You're right that k8s doesn't help with app-level storage issues like concurrent access, nor does it help with storage-level issues like backups and replication. I should've been more specific that k8s helps with how the apps connect to storage. While migrating VM-deployed apps to containers I've found a few ways they've done it: config files specifying connection strings, hardcoded strings in code, pulling values from secrets management, requiring that the VM have the fileshare mounted already, etc. In k8s there's one way to do it: the app's manifest includes a PV and a PVC. Ops handles how k8s connects to the storage from there. This isn't really a k8s advantage; you could tell all your devs to use some internal library that abstracts storage and let ops write or maintain that library too. But that really only works with one company at a time, while when we onboard an acquisition that uses k8s they've already got PVs set up so we just have to migrate those. My point in saying that k8s abstracts connecting to storage was mostly about how it's an industry standard interface specifically for connecting to storage, which helps eliminate having to figure out how each individual app connects. If security makes a firewall rule that blocks all your VMs from hitting storage then for VM-deployed apps I've got to look "ok did the devs change this config file? Did someone forget to mount the fileshare or did an update break that? Is it some third option I've never seen before?" while for our k8s-deployed apps I've got one place to start looking using kubectl.

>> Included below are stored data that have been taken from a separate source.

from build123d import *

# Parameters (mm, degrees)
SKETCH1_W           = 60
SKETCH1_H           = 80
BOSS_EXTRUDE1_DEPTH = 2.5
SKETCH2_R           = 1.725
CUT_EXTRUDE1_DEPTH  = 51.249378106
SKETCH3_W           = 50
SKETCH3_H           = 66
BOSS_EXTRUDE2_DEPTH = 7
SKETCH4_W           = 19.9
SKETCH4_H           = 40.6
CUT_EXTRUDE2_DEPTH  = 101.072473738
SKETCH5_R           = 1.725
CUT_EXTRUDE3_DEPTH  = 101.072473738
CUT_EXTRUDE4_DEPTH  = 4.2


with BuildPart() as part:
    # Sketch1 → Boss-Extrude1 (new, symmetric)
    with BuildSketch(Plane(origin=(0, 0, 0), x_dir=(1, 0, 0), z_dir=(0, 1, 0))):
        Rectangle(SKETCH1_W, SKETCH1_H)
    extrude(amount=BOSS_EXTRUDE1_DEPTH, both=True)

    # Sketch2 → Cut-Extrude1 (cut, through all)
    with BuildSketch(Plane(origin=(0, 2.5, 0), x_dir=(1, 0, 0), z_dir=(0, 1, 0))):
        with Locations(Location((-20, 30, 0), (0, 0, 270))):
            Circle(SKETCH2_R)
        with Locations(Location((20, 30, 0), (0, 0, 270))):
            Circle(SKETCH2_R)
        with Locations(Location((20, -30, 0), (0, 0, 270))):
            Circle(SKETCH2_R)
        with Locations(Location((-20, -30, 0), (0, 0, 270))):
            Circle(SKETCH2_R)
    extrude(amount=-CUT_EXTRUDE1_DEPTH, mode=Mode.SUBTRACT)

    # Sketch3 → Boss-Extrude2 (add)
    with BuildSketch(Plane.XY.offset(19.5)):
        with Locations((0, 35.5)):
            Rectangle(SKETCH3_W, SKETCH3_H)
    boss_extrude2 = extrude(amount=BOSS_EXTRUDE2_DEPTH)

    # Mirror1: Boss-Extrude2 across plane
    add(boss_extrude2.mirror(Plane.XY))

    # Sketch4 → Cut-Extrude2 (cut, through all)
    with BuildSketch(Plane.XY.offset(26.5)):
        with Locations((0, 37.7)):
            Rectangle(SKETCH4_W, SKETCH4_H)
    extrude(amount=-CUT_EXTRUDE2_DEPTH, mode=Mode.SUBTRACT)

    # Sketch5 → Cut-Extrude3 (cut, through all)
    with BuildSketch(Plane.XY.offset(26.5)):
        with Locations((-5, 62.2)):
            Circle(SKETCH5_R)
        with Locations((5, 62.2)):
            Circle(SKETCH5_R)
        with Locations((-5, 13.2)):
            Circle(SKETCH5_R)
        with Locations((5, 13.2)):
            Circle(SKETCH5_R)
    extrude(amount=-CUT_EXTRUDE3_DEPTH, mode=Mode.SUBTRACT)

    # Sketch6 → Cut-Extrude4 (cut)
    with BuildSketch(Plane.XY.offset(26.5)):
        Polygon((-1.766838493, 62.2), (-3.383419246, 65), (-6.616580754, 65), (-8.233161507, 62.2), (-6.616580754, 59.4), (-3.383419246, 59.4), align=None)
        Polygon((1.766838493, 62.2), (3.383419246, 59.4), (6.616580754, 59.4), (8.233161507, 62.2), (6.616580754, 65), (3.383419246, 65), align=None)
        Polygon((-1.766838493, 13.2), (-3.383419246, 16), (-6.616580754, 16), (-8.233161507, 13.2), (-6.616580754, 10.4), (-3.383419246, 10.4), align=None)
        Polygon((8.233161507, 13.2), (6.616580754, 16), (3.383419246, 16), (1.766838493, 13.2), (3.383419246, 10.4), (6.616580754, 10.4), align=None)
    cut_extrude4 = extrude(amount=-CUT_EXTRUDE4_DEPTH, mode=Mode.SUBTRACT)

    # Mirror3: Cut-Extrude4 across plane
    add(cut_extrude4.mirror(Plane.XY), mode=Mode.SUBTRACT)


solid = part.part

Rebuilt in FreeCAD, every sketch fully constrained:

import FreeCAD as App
import Part
import Sketcher
Q = App.Units.Quantity

doc = App.newDocument("Part")
body = doc.addObject("PartDesign::Body", "Body")

sketch1 = body.newObject("Sketcher::SketchObject", "Sketch")
sketch1.AttachmentSupport = (doc.getObject("XZ_Plane"), [""])
sketch1.MapMode = "FlatFace"
sketch1.addGeometry([
    Part.LineSegment(App.Vector(-30, -40, 0), App.Vector(-30, 40, 0)),
    Part.LineSegment(App.Vector(-30, 40, 0), App.Vector(30, 40, 0)),
    Part.LineSegment(App.Vector(30, 40, 0), App.Vector(30, -40, 0)),
    Part.LineSegment(App.Vector(30, -40, 0), App.Vector(-30, -40, 0)),
], False)
sketch1.addConstraint([
    Sketcher.Constraint("Coincident", 0, 2, 1, 1),
    Sketcher.Constraint("Coincident", 1, 2, 2, 1),
    Sketcher.Constraint("Coincident", 2, 2, 3, 1),
    Sketcher.Constraint("Coincident", 3, 2, 0, 1),
    Sketcher.Constraint("Vertical", 0),
    Sketcher.Constraint("Horizontal", 1),
    Sketcher.Constraint("Vertical", 2),
    Sketcher.Constraint("Horizontal", 3),
    Sketcher.Constraint("Symmetric", 0, 2, 2, 2, -1, 1),
    Sketcher.Constraint("DistanceX", 1, 1, 1, 2, 60.0),
    Sketcher.Constraint("DistanceY", 0, 1, 0, 2, 80.0),
])
pad1 = body.newObject("PartDesign::Pad", "Pad")
pad1.Profile = sketch1
pad1.Length = 5
pad1.Midplane = True

sketch2 = body.newObject("Sketcher::SketchObject", "Sketch001")
sketch2.AttachmentSupport = (doc.getObject("XZ_Plane"), [""])
sketch2.MapMode = "FlatFace"
sketch2.AttachmentOffset = App.Placement(App.Vector(0, 0, -2.5), App.Rotation())
sketch2.addGeometry([
    Part.Circle(App.Vector(-20, -30, 0), App.Vector(0, 0, 1), 1.725),
    Part.Circle(App.Vector(20, -30, 0), App.Vector(0, 0, 1), 1.725),
    Part.Circle(App.Vector(20, 30, 0), App.Vector(0, 0, 1), 1.725),
    Part.Circle(App.Vector(-20, 30, 0), App.Vector(0, 0, 1), 1.725),
], False)
sketch2.addConstraint([
    Sketcher.Constraint("Equal", 0, 1),
    Sketcher.Constraint("Equal", 1, 2),
    Sketcher.Constraint("Equal", 2, 3),
    Sketcher.Constraint("Symmetric", 0, 3, 2, 3, -1, 1),
    Sketcher.Constraint("Symmetric", 1, 3, 3, 3, -1, 1),
    Sketcher.Constraint("Symmetric", 0, 3, 1, 3, -2),
    Sketcher.Constraint("Diameter", 0, 3.45),
    Sketcher.Constraint("DistanceX", 0, 3, -1, 1, 20.0),
    Sketcher.Constraint("DistanceY", 0, 3, -1, 1, 30.0),
])
pocket1 = body.newObject("PartDesign::Pocket", "Pocket")
pocket1.Profile = sketch2
pocket1.Type = "ThroughAll"
pocket1.Reversed = True

sketch3 = body.newObject("Sketcher::SketchObject", "Sketch002")
sketch3.AttachmentSupport = (doc.getObject("XY_Plane"), [""])
sketch3.MapMode = "FlatFace"
sketch3.AttachmentOffset = App.Placement(App.Vector(0, 0, 19.5), App.Rotation())
sketch3.addGeometry([
    Part.LineSegment(App.Vector(-25, 68.5, 0), App.Vector(-25, 2.5, 0)),
    Part.LineSegment(App.Vector(-25, 2.5, 0), App.Vector(25, 2.5, 0)),
    Part.LineSegment(App.Vector(25, 2.5, 0), App.Vector(25, 68.5, 0)),
    Part.LineSegment(App.Vector(25, 68.5, 0), App.Vector(-25, 68.5, 0)),
], False)
sketch3.addConstraint([
    Sketcher.Constraint("Coincident", 0, 2, 1, 1),
    Sketcher.Constraint("Coincident", 1, 2, 2, 1),
    Sketcher.Constraint("Coincident", 2, 2, 3, 1),
    Sketcher.Constraint("Coincident", 3, 2, 0, 1),
    Sketcher.Constraint("Vertical", 0),
    Sketcher.Constraint("Horizontal", 1),
    Sketcher.Constraint("Vertical", 2),
    Sketcher.Constraint("Horizontal", 3),
    Sketcher.Constraint("DistanceX", 1, 1, 1, 2, 50.0),
    Sketcher.Constraint("DistanceY", 0, 2, 0, 1, 66.0),
    Sketcher.Constraint("DistanceX", 0, 2, -1, 1, 25.0),
    Sketcher.Constraint("DistanceY", -1, 1, 0, 2, 2.5),
])
pad2 = body.newObject("PartDesign::Pad", "Pad001")
pad2.Profile = sketch3
pad2.Length = 7
doc.recompute()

Another point I didn't address is that yes this does require specific app architectures. The pods have to be stateless, databases are not in k8s and certainly not running alongside the app itself in the same container or pod, concurrent file access is not generally my problem, and security's wacky firewall rules can be fun to implement when I can't say what IP a particular app has. But I think the tradeoffs are generally worth it.

You're right I'm not the most experienced at large scale infrastructure problems outside of k8s. I've managed or helped manage a couple of small server racks and a single 6-rack datacenter before, and I work closely with the non-k8s infrastructure team at my current company, but I'm not the one deciding what we're going to do to get off of VMWare for example. What I can say though is that between my past experience and the companies we've acquired, there's a lot more variation and lack of best practices among the companies that don't use k8s compared to the ones that do. With the non-k8s companies I have to familiarize myself with the idiosyncratic way each they handle every aspect of their infrastructure; with the k8s companies I already know at least half of their infrastructure.